As Tony finds his feet and stands, he wonders what happened to the masked man.

**8**

"Wait," asks Tony, and there's fire everywhere, smoke in the air and burns on his skin. The man with the mask reaches towards him.

"We must hurry," he says in a monotone. "Come here."

"But what about -?" says Tony. A shadow passes over the stranger's face that has nothing to do with the cloudy sky.

"It's too late," he replies, with a modicum of gentleness. "Please come."

"Too late?" Tony repeats, and he feels the burn of the fire and the chill of the metal biting into his skin but really he feels nothing at all. "But he's in the front seat -"
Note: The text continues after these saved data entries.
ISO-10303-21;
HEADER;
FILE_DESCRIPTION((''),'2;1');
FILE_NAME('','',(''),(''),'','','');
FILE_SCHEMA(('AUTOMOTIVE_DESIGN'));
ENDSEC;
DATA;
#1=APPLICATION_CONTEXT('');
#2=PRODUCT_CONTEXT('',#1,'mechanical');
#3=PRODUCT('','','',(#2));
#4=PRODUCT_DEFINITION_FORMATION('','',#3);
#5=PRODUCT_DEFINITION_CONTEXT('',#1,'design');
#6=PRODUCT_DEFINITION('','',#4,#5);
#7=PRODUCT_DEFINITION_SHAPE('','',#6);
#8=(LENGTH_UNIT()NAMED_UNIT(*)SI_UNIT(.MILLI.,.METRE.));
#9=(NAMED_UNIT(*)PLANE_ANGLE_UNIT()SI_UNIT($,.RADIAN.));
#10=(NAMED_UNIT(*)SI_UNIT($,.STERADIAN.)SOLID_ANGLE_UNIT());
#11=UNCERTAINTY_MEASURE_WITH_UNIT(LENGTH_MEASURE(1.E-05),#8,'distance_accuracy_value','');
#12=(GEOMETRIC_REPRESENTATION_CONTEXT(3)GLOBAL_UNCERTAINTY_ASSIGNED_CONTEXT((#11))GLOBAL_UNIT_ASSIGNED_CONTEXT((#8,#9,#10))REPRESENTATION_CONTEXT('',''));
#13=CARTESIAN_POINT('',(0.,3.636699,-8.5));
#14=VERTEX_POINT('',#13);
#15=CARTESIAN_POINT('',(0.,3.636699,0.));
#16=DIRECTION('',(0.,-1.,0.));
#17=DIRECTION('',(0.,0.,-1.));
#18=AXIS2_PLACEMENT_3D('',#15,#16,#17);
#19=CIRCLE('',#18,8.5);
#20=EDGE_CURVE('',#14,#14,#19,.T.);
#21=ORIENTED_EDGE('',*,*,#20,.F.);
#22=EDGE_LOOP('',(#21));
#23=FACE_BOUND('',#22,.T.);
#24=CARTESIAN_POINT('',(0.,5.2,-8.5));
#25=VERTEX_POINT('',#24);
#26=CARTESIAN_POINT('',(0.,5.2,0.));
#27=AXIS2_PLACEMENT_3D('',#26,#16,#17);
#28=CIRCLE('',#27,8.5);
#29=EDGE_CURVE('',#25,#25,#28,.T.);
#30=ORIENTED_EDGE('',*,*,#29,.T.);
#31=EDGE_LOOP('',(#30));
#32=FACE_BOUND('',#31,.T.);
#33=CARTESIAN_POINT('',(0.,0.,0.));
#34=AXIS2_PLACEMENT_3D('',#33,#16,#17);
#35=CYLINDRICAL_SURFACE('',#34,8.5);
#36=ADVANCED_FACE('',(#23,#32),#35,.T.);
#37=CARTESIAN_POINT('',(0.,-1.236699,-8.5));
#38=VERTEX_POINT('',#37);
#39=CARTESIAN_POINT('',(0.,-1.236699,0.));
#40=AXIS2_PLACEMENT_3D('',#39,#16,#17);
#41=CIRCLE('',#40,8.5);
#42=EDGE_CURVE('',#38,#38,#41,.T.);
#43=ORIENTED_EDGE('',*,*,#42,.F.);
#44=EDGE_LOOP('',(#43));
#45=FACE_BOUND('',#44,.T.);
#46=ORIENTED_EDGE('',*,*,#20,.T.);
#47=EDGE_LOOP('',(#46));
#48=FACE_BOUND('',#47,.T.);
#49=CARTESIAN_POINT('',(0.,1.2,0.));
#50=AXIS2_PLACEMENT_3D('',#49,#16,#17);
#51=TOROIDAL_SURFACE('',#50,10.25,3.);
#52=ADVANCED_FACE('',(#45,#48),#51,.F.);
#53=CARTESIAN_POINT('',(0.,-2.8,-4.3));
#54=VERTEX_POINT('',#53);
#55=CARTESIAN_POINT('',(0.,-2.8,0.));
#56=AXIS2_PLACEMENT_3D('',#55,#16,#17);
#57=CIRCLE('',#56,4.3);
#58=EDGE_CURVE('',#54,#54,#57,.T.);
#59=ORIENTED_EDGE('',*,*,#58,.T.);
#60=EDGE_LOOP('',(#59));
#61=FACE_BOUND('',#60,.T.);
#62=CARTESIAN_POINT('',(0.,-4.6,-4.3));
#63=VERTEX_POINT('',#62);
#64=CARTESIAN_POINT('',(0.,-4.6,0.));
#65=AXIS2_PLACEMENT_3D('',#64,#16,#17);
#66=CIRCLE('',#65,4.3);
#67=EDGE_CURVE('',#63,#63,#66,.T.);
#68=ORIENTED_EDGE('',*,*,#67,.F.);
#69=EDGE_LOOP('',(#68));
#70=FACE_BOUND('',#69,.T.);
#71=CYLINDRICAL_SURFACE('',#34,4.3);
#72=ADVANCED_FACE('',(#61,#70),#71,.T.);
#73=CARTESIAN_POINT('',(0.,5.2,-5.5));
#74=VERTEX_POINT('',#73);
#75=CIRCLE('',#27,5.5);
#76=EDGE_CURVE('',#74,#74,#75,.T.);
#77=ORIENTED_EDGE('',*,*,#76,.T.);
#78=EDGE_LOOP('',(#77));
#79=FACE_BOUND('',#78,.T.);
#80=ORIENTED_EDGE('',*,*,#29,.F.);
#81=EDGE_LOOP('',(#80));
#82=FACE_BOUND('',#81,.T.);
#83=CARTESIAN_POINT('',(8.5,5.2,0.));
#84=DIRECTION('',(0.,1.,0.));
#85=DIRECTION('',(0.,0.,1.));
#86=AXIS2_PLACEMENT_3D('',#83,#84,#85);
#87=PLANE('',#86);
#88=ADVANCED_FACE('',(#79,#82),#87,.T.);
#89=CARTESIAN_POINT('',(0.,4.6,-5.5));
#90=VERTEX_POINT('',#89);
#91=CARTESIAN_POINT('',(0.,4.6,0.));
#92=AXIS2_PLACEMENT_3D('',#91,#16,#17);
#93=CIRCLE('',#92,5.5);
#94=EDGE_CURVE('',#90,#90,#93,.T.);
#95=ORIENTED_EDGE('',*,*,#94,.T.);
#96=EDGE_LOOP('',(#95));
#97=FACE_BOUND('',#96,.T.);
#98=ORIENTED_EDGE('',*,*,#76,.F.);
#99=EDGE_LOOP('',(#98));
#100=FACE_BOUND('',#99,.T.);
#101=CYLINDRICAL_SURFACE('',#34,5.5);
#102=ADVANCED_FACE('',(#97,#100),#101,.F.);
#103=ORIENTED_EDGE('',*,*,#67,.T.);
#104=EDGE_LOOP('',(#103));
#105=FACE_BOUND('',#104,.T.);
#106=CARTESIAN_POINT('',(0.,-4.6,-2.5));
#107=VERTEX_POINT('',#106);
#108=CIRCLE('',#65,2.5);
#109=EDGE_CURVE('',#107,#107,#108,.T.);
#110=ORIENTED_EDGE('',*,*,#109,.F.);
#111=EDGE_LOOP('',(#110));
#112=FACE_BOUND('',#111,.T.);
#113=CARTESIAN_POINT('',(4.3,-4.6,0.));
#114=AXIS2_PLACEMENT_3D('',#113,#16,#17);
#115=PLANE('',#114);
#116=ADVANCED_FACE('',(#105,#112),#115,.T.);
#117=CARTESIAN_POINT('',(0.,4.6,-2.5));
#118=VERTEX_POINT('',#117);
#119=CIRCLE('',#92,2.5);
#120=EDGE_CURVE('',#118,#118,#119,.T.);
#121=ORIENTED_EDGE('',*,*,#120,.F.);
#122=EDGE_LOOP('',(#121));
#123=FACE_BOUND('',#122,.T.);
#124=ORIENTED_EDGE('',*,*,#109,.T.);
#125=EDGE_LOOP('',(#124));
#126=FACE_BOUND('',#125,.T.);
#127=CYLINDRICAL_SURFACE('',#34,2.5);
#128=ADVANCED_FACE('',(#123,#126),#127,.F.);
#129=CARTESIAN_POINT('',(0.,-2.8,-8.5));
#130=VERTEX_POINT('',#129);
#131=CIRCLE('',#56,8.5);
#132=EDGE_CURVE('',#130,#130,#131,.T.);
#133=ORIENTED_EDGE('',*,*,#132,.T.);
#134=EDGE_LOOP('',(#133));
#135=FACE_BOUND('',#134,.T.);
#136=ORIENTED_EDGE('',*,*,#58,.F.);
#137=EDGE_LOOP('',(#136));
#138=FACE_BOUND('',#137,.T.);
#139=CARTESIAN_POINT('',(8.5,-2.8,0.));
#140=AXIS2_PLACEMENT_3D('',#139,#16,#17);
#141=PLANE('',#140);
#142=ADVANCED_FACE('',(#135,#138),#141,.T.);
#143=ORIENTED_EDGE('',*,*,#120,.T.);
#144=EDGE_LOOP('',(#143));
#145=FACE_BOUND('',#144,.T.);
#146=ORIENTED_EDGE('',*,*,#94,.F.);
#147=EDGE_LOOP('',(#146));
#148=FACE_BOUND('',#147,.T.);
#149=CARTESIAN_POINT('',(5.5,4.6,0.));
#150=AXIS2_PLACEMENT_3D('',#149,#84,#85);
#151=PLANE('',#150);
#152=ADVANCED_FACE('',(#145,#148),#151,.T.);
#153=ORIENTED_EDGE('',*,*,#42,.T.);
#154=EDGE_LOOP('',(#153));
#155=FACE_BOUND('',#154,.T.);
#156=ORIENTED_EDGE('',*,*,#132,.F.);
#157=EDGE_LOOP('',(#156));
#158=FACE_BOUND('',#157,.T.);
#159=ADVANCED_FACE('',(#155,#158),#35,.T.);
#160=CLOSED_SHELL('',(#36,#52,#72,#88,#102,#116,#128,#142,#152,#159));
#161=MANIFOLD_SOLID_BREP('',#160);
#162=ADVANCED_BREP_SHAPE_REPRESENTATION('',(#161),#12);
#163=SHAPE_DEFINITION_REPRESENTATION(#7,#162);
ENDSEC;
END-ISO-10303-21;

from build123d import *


with BuildPart() as part:
    # Эскиз1 → Повернуть1 (revolve)
    with BuildSketch(Plane.XY, mode=Mode.PRIVATE) as revolve_1_sk:
        with BuildLine():
            Line((2.5, -4.6), (2.5, 4.6))
            Line((2.5, 4.6), (5.5, 4.6))
            Line((5.5, 4.6), (5.5, 5.2))
            Line((5.5, 5.2), (8.5, 5.2))
            Line((8.5, 5.2), (8.5, 3.636698586))
            ThreePointArc((8.5, 3.636698586), (7.25, 1.2), (8.5, -1.236698586))
            Line((8.5, -1.236698586), (8.5, -2.8))
            Line((8.5, -2.8), (4.3, -2.8))
            Line((4.3, -2.8), (4.3, -4.6))
            Line((4.3, -4.6), (2.5, -4.6))
        make_face()
    revolve(revolve_1_sk.sketch.rotate(Axis((0, 0, 0), (0, 1, 0)), 90), axis=Axis((0, 0, 0), (0, 1, 0)))


solid = part.part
"Don't look," snaps the man, and Tony stills. He comes closer, long hair brushing by the flames yet not catching. "Just - the car's about to blow. Let's go."

"Help - instead."

"I can't."

"Why not!"

A gloved hand clamps onto his injured arm. "I was ordered to save you."

Tony tugs away. "By who?"

The terrible blankness in the man's eyes fades away, replaced by a dark look full of horrors Tony has to look away from. "You really don't want to know."